● Aim of the task
Below are records; how many of their lines contain "Polygon"? Reply with the number and no other words.

---- Material for the task

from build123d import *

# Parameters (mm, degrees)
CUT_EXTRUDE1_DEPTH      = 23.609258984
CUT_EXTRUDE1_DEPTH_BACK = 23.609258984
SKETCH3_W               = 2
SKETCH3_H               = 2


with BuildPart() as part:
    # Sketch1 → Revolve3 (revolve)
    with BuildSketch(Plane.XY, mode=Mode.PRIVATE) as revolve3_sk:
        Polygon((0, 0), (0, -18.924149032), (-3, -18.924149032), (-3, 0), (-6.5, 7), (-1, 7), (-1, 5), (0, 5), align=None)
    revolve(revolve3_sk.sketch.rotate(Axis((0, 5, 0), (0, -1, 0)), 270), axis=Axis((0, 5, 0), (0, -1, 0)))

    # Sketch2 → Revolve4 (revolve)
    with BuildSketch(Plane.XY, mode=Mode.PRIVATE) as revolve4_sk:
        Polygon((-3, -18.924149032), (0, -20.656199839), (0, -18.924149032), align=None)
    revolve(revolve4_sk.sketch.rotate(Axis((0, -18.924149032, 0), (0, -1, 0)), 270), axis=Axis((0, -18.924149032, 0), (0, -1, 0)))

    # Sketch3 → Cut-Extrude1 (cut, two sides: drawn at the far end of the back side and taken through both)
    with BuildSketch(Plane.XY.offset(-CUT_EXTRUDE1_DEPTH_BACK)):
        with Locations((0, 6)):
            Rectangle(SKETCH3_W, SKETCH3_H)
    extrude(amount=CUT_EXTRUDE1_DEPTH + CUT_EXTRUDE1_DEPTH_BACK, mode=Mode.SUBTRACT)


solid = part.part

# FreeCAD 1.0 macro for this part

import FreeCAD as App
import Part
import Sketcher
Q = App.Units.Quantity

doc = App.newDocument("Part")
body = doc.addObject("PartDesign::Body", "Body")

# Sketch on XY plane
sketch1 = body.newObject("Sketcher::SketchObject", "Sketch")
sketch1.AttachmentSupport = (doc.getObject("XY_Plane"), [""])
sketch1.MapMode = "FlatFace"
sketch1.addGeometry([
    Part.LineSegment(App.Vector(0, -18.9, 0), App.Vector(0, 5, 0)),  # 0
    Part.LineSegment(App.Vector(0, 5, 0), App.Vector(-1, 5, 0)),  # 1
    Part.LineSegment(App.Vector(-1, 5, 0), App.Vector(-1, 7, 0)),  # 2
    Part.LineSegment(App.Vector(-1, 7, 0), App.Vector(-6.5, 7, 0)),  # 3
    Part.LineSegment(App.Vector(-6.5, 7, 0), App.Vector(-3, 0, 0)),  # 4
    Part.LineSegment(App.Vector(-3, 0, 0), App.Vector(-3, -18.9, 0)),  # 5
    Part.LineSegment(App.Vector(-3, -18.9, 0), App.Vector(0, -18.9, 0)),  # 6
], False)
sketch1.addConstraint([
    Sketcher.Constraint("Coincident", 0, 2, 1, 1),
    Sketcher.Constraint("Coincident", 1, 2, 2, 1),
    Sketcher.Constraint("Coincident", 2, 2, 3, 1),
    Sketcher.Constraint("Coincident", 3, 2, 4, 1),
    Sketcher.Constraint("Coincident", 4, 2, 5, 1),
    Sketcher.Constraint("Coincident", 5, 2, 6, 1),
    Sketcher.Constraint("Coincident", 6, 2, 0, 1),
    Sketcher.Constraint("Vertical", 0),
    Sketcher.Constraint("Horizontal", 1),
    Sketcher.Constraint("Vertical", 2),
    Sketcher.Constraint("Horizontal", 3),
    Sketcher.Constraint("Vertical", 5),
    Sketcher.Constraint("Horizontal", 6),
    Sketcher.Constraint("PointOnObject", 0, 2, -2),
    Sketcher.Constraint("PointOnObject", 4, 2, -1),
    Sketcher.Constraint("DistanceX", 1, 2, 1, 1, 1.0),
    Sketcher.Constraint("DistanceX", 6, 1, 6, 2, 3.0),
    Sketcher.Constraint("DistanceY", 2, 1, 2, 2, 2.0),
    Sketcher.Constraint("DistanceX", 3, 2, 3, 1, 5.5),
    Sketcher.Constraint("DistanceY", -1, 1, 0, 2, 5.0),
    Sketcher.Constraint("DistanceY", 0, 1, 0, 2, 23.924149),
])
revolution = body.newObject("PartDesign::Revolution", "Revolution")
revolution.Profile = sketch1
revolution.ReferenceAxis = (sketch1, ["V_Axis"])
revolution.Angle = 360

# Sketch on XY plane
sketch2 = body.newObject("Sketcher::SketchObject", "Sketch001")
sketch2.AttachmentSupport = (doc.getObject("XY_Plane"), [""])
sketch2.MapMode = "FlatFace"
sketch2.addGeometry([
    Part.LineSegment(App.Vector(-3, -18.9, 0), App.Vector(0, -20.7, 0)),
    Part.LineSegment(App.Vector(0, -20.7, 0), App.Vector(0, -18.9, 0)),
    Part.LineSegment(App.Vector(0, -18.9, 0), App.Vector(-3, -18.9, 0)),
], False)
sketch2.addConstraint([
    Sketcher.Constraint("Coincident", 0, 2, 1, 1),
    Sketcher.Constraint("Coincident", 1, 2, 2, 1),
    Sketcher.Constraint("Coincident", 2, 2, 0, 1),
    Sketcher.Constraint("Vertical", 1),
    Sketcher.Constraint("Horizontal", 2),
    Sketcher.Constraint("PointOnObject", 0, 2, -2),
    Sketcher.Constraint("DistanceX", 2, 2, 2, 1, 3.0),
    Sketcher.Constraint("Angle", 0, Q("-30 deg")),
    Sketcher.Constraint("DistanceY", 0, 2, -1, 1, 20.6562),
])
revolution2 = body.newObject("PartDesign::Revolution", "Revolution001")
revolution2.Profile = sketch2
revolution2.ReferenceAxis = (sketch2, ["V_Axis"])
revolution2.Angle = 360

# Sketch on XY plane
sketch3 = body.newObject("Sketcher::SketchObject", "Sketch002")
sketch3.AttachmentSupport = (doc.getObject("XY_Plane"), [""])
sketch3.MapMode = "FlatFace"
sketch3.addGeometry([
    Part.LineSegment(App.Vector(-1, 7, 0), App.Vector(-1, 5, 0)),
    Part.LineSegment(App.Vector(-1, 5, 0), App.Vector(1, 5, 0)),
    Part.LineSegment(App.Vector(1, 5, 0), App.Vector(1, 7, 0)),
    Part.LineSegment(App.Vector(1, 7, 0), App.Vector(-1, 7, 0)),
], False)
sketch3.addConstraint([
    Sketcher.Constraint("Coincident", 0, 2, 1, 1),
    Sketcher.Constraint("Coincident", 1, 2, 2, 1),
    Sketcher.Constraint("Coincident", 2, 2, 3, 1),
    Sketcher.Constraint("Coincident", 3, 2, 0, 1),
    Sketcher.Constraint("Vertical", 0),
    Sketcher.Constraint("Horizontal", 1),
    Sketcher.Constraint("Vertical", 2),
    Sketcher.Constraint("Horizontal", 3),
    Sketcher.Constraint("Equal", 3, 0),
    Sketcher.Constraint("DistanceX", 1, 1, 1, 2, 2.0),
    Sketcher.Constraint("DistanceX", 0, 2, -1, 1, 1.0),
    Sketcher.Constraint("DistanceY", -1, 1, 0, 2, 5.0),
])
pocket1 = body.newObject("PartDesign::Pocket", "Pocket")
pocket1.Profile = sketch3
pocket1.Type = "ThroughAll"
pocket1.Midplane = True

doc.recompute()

--------

● Output below
2